== Data to use ==
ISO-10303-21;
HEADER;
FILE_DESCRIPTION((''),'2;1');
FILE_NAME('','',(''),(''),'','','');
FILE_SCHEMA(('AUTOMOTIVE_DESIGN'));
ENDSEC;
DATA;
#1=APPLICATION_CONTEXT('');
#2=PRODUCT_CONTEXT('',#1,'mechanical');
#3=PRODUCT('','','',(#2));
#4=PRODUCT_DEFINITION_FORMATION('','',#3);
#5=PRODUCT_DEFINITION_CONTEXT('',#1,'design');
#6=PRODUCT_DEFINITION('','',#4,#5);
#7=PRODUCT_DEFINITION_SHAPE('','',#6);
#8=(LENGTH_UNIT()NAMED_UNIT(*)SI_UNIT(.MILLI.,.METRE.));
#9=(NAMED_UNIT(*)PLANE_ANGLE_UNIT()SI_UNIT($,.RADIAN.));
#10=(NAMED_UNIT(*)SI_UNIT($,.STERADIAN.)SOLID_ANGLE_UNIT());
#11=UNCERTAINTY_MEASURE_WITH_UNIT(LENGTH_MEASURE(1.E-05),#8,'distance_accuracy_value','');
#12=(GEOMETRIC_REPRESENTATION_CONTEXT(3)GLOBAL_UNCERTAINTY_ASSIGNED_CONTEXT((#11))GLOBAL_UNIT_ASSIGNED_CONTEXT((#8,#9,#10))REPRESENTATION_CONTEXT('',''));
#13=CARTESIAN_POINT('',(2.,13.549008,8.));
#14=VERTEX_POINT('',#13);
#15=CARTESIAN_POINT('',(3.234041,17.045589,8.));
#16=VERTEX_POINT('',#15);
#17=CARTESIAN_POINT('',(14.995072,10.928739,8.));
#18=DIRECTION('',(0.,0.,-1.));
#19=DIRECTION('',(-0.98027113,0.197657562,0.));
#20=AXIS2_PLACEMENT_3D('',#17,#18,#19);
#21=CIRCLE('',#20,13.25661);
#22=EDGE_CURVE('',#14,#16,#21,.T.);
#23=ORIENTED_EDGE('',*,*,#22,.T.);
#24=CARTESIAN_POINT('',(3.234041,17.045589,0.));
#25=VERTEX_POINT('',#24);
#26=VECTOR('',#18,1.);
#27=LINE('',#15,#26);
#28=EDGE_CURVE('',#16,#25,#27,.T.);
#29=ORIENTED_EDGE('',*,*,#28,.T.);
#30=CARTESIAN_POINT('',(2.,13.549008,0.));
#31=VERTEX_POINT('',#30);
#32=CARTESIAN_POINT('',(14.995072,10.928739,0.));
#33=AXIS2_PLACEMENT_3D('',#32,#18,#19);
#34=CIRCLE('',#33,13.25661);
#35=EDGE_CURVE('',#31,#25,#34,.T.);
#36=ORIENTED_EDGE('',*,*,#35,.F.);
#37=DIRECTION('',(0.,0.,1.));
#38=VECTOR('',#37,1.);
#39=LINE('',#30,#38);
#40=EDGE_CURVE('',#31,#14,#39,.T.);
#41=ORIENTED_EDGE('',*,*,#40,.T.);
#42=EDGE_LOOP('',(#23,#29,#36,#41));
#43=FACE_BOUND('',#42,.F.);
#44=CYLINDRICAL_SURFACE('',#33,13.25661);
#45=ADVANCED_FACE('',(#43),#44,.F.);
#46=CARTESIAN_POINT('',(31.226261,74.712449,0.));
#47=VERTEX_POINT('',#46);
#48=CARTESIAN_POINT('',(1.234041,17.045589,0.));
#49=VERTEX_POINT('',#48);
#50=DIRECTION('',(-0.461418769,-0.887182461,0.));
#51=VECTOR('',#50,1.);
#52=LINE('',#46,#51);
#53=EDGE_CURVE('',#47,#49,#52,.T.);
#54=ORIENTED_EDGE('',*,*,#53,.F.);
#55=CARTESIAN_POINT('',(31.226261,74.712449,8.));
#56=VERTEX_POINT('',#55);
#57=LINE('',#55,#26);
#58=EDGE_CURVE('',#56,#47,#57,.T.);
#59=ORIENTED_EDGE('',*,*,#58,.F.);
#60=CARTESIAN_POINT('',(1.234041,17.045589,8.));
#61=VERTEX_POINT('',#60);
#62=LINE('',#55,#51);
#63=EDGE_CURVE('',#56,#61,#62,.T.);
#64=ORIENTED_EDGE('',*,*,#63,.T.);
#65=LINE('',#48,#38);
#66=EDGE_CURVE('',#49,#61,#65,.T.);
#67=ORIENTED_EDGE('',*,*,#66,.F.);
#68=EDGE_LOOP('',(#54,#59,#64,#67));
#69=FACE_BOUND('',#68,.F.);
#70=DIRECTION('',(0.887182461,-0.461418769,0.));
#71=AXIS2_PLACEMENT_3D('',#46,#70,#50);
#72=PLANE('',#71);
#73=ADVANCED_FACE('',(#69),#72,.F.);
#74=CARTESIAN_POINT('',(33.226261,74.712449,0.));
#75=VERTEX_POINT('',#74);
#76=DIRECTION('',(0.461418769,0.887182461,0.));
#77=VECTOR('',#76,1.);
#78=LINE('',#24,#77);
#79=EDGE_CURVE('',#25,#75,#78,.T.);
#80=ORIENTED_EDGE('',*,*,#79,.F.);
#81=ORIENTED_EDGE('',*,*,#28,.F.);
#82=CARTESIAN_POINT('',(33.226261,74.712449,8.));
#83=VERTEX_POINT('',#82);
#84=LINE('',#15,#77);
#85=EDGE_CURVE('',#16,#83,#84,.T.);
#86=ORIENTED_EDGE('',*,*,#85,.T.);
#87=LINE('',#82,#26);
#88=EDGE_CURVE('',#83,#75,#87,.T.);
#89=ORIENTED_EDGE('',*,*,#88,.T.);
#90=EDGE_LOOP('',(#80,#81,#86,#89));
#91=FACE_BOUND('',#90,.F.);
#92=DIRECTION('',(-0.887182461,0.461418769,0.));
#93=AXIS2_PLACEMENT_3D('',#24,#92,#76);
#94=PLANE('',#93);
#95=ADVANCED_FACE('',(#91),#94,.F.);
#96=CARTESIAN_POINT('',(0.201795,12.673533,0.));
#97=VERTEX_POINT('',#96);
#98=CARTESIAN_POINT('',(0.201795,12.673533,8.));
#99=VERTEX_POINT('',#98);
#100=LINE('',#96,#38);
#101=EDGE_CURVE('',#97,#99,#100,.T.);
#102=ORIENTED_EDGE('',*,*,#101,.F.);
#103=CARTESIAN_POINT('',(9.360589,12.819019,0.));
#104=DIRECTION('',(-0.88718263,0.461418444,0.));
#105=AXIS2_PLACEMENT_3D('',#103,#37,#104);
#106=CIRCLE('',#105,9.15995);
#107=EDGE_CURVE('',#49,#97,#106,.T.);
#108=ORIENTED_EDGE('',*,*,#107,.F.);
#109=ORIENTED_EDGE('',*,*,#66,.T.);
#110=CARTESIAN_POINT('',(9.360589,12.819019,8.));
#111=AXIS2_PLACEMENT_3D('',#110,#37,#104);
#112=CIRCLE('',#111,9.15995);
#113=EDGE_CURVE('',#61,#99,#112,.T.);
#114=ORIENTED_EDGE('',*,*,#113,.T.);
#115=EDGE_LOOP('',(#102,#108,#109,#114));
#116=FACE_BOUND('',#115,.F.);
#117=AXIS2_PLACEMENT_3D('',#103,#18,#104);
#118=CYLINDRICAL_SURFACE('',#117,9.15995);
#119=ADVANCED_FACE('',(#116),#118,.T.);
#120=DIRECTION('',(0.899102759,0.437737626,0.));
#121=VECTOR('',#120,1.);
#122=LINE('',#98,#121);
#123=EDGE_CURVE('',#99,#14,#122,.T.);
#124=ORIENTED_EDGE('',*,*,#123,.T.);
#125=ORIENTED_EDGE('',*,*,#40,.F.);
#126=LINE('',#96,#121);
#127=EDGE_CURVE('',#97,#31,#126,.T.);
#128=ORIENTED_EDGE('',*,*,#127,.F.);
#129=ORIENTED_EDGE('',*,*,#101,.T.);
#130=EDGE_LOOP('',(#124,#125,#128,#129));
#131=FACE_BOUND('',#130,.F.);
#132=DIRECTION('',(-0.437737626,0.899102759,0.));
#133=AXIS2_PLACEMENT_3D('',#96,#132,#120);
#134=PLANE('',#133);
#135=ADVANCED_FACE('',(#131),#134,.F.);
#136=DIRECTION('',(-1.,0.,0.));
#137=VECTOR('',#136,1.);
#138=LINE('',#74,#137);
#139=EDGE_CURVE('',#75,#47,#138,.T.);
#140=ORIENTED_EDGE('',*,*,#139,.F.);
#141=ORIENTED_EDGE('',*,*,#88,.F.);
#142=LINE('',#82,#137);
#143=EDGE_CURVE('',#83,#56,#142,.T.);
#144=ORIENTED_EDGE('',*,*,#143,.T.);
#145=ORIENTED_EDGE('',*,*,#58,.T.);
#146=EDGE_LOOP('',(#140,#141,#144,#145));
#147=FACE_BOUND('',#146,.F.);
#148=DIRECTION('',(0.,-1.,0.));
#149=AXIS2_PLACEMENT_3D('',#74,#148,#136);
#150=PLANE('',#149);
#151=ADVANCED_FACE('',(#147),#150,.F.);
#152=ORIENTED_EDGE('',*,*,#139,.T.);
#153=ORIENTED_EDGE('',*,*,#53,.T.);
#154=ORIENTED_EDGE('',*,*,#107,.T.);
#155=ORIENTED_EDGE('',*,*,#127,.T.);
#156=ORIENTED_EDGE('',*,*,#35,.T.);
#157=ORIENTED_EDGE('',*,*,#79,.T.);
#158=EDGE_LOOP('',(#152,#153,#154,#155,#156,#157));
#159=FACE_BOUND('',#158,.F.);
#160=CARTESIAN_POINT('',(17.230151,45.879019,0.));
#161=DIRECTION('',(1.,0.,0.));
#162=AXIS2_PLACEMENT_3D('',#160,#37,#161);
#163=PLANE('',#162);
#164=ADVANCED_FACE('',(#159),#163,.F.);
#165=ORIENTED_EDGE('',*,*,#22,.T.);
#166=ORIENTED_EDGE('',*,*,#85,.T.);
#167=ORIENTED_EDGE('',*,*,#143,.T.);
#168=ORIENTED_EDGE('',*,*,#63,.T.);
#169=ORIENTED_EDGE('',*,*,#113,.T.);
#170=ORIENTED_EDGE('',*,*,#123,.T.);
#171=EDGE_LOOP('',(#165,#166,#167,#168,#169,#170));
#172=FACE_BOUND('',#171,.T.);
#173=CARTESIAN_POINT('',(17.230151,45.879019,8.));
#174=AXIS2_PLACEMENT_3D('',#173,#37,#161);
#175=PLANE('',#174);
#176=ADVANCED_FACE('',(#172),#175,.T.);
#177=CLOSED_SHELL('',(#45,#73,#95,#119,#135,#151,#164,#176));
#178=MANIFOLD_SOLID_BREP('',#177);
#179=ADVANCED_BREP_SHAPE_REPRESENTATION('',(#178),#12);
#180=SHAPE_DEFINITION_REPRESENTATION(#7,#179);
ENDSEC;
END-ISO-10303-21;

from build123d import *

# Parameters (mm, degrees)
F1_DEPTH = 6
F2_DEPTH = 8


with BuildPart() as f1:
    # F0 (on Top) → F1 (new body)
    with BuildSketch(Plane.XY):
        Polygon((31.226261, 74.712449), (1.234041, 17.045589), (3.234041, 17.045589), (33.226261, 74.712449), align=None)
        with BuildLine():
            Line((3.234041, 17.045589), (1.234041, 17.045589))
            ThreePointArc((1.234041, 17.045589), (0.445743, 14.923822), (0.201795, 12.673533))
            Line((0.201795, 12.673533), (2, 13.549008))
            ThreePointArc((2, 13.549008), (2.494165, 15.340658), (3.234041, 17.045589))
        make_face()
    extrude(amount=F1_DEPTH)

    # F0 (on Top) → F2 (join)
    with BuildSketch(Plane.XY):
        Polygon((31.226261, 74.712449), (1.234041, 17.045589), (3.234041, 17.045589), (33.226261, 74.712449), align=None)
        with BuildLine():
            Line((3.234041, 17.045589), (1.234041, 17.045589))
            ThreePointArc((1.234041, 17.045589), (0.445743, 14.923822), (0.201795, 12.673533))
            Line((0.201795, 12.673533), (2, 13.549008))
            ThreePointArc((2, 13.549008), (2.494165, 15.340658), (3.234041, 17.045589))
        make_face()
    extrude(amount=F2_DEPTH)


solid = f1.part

== Description of the task ==
Among the lines above, repeat exactly those from the line with "#67=ORIENTED_EDGE('',*,*,#66,.F.);" to the line with "#79=EDGE_CURVE('',#25,#75,#78,.T.);", counting both ends.

== The answer ==
#67=ORIENTED_EDGE('',*,*,#66,.F.);
#68=EDGE_LOOP('',(#54,#59,#64,#67));
#69=FACE_BOUND('',#68,.F.);
#70=DIRECTION('',(0.887182461,-0.461418769,0.));
#71=AXIS2_PLACEMENT_3D('',#46,#70,#50);
#72=PLANE('',#71);
#73=ADVANCED_FACE('',(#69),#72,.F.);
#74=CARTESIAN_POINT('',(33.226261,74.712449,0.));
#75=VERTEX_POINT('',#74);
#76=DIRECTION('',(0.461418769,0.887182461,0.));
#77=VECTOR('',#76,1.);
#78=LINE('',#24,#77);
#79=EDGE_CURVE('',#25,#75,#78,.T.);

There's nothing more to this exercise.